Todo ese ambiente de disgregación política no es sino la consecuencia lógica de años de crisis económica y, sobre todo, de falta de respuestas efectivas a las necesidades reales de la gente. Y tiene lugar en un contexto exterior cada vez más adverso en el que la Unión Europea se ha convertido, por mor de la incapacidad de sus Estados miembros de coordinar sus políticas exteriores y de seguridad, interiores y exteriores, en un actor sin peso ni personalidad propia, receptor pasivo de las decisiones de otros. La crisis de asilo y refugio, que no cesa, ni en el volumen de los flujos ni en las cifras de víctimas, es el mejor ejemplo de cómo la debilidad de los 28 acaba forzando a los europeos a aceptar compromisos incompatibles con los principios y valores que dice defender.
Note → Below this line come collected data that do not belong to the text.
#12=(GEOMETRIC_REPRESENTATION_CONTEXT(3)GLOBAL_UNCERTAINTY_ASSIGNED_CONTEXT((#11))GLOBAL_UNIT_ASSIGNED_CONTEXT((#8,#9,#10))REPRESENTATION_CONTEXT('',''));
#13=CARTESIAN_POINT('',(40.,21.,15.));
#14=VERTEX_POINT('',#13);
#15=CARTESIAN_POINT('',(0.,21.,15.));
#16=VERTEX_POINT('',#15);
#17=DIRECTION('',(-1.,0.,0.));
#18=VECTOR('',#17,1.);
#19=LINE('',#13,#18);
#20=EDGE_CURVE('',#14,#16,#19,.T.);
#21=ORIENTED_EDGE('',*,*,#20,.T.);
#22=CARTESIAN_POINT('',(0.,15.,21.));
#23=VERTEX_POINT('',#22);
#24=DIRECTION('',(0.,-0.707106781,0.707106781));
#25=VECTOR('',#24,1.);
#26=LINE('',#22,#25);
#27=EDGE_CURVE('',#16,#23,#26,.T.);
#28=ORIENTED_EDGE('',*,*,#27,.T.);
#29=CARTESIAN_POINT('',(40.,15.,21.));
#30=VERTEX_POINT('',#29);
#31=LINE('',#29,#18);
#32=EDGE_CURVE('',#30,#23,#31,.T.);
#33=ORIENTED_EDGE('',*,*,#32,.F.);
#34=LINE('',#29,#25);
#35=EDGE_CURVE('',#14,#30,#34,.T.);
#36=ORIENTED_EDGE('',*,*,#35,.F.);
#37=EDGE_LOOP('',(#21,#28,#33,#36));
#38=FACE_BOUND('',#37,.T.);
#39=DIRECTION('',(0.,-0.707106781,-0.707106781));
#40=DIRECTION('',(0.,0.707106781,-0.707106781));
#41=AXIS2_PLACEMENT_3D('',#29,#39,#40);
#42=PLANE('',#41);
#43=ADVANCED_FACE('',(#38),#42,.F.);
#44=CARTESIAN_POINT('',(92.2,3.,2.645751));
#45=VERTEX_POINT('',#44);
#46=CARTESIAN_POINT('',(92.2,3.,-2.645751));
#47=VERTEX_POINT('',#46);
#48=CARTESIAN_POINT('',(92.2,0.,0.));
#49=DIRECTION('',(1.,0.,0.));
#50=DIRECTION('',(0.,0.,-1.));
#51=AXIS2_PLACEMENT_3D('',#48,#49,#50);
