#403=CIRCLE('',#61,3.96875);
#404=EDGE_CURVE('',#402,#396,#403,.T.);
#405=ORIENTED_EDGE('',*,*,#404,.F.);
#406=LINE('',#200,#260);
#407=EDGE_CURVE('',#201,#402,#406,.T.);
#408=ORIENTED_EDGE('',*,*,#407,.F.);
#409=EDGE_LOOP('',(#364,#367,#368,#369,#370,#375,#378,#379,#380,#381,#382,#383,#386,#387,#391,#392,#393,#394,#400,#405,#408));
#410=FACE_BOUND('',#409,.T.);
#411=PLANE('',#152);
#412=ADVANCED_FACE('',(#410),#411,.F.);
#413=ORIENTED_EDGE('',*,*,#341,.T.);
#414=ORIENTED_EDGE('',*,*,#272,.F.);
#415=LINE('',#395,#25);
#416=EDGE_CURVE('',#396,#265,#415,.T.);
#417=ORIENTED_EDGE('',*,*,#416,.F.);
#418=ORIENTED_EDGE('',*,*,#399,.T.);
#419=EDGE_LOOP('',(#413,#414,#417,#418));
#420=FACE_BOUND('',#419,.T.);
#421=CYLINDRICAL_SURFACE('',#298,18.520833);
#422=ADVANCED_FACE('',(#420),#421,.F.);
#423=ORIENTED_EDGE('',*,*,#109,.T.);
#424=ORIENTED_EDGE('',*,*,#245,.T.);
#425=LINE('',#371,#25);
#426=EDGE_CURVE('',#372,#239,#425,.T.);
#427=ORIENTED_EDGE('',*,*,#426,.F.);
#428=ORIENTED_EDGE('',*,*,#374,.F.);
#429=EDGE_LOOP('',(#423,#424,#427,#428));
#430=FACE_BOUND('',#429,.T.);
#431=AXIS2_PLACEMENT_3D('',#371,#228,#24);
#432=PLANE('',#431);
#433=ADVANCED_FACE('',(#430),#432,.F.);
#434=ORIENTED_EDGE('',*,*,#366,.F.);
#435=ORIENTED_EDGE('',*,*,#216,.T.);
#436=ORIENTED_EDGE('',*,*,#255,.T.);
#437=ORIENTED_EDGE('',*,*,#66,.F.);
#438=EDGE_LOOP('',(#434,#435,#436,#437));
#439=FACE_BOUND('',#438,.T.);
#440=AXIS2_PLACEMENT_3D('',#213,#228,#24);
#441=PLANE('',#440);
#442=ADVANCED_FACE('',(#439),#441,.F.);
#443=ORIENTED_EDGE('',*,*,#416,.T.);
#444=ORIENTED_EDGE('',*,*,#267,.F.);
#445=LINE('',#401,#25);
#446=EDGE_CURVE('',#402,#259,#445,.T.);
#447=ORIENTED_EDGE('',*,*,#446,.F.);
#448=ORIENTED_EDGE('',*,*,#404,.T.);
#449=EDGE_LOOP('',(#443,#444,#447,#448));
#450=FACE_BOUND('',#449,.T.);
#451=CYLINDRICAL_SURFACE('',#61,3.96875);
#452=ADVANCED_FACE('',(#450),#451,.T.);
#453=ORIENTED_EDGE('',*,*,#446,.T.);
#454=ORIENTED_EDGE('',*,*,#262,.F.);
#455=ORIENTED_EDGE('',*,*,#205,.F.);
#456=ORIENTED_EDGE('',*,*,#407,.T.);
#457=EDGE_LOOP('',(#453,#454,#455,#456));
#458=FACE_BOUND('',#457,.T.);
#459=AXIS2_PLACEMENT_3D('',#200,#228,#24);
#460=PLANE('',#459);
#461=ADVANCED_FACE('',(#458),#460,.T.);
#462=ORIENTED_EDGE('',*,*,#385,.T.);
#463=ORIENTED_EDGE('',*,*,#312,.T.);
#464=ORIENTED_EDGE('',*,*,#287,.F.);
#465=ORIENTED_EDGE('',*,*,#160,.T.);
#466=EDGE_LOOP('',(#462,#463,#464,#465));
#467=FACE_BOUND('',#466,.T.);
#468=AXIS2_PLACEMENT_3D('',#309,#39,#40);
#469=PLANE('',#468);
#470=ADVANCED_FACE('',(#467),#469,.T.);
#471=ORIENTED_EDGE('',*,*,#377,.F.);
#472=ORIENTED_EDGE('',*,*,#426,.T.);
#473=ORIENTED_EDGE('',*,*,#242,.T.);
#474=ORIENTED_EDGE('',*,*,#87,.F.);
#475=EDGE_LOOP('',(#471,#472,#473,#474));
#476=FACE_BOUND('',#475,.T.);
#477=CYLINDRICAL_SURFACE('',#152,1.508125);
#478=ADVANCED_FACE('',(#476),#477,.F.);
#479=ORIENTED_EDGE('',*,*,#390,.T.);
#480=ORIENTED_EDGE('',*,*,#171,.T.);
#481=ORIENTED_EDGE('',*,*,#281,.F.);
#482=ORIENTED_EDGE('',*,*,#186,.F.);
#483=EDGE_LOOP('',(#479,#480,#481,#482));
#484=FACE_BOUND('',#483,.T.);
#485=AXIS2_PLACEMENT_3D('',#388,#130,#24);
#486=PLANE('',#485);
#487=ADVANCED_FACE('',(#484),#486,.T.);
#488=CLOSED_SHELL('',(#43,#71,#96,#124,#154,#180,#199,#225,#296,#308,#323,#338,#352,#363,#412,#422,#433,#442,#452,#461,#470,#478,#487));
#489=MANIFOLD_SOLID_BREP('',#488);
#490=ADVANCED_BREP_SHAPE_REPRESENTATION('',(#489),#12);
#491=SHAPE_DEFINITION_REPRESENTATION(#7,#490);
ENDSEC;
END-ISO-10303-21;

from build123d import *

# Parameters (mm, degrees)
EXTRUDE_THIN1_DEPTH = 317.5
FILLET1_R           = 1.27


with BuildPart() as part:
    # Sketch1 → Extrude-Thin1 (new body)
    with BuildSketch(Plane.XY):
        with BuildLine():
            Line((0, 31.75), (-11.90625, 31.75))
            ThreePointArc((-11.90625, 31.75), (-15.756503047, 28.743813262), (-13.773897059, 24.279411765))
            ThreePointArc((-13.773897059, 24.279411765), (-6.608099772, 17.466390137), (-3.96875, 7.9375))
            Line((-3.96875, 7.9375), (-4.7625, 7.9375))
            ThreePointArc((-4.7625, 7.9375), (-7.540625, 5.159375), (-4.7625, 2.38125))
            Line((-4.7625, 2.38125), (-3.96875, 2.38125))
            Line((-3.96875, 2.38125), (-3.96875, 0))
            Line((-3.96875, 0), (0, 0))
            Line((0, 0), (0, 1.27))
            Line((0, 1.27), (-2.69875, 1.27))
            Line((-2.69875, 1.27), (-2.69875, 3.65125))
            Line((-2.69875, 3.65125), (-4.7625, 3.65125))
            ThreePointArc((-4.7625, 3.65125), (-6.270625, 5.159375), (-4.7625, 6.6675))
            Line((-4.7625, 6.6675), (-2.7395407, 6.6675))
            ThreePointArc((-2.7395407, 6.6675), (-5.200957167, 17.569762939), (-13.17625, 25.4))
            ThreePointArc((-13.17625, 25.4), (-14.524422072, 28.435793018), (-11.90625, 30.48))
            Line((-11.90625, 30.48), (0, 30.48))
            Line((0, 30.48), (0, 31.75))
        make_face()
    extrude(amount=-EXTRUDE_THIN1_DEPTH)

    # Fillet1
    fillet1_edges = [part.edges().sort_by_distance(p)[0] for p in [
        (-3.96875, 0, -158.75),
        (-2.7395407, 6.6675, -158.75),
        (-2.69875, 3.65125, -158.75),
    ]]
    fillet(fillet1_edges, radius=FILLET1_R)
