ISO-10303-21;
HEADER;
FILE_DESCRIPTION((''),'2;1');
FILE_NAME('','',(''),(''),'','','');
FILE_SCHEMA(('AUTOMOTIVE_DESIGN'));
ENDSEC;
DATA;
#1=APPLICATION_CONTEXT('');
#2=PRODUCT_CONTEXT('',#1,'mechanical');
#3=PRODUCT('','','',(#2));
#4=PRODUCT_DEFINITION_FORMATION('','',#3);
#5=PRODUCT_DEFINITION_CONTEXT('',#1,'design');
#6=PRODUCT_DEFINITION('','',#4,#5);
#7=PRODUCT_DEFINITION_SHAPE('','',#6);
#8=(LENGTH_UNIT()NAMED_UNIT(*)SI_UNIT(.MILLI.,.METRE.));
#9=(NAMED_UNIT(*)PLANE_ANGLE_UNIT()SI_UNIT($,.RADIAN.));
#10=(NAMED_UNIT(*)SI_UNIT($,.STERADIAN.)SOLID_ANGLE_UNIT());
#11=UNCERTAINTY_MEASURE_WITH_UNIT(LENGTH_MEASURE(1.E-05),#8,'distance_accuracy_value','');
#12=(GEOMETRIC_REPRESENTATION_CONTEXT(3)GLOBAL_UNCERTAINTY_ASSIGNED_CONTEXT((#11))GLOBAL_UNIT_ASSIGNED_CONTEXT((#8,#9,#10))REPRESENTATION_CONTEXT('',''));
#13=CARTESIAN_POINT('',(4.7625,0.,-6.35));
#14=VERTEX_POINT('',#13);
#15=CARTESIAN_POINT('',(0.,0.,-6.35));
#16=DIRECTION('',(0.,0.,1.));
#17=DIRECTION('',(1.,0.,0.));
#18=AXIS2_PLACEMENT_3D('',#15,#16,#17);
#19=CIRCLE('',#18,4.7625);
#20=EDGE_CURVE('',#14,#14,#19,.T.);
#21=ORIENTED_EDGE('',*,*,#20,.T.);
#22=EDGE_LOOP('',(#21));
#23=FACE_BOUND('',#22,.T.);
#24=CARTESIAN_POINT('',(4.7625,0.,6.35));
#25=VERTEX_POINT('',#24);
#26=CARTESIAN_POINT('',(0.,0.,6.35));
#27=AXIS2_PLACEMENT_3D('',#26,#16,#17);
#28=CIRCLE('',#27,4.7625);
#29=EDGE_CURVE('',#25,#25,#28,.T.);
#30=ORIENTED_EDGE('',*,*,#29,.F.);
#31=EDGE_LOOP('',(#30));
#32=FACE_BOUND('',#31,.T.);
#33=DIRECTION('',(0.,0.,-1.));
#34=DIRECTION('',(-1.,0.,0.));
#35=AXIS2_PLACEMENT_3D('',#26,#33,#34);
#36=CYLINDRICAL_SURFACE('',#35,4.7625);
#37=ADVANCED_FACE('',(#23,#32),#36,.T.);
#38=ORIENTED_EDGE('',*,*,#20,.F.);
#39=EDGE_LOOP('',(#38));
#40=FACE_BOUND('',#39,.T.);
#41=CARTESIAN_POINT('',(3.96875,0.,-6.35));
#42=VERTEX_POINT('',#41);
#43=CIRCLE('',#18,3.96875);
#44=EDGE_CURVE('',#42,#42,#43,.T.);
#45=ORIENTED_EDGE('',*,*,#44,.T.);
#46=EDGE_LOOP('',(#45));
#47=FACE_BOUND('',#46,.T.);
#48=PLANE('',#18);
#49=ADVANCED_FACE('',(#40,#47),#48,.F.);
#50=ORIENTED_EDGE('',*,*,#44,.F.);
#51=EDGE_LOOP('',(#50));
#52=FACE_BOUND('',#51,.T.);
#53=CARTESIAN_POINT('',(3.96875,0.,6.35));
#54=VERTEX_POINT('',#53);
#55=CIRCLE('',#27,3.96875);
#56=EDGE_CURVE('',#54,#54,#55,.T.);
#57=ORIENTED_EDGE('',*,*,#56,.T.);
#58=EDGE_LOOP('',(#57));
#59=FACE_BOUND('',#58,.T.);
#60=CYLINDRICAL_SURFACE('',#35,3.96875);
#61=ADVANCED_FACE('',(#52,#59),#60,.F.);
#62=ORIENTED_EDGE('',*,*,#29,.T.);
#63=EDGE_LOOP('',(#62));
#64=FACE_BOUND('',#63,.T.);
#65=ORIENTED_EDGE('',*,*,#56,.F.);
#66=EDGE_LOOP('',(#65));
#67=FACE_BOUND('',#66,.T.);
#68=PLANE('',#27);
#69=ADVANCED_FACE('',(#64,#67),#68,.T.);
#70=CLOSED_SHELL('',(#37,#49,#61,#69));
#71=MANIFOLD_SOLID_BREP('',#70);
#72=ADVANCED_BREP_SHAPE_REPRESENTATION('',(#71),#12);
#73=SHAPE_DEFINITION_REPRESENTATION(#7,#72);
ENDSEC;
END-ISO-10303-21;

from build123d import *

# Parameters (mm, degrees)
SKETCH1_R      = 4.7625
SKETCH1_R_2    = 3.96875
EXTRUDE1_DEPTH = 6.35


with BuildPart() as part:
    # Sketch1 → Extrude1 (new, symmetric)
    with BuildSketch(Plane.XY):
        Circle(SKETCH1_R)
        Circle(SKETCH1_R_2, mode=Mode.SUBTRACT)
    extrude(amount=EXTRUDE1_DEPTH, both=True)


solid = part.part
La amenaza yihadista, las derivas autoritarias de Putin o Erdogan, los ahogamientos en el Mediterráneo, el auge del populismo xenófobo y la falta de crecimiento económico, todos estos problemas tienen un elemento en común que los vincula: la falta de liderazgo y propósito común y el agotamiento de las lealtades y solidaridades compartidas sin las cuales el proyecto europeo no se puede sostener. De los cuatro motores de la integración europea, ninguno de ellos funciona como otrora: la Alemania de Merkel sigue obsesionada con la austeridad presupuestaria, lo que la hace políticamente incompatible con la Italia de Renzi y la Francia de Hollande, cuyas preocupaciones existenciales están en lugares bien distintos, esto es, en la reforma institucional y el crecimiento económico en el primer caso y la seguridad interior y el desafío lepenista en el segundo. Y de la España de Rajoy solo se puede decir que ni está ni se la espera. En esas circunstancias, no extraña ni que el presidente Juncker sea capaz de impulsar la Unión ni que la Alta Representante Mogherini haya podido lograr que Europa hable o actúe con una sola voz en el mundo.
El reto de Juncker es explicar por qué la Unión Europea no resuelve los problemas que enfrenta
Los propósitos de relanzar la economía mediante un plan de inversiones, completar la integración de las políticas de inmigración y asilo, acomodar el Brexit y relanzar la política común de defensa son loables pero están tan gastados que cualquier inteligencia se resiente al volver a oírlos otra vez más. La cruda realidad es que Europa pende del hilo dibujado por Mario Draghi, con el BCE convertido en la última trinchera que nos separa del abismo. El verdadero reto de Juncker y de aquellos que le apoyan —conservadores, liberales y socialistas— no es explicar qué Europa necesitamos sino por qué parece imposible lograrla. La debilidad de la Europa de hoy no reside en la falta de ideas sino en la incapacidad de ponerlas en marcha.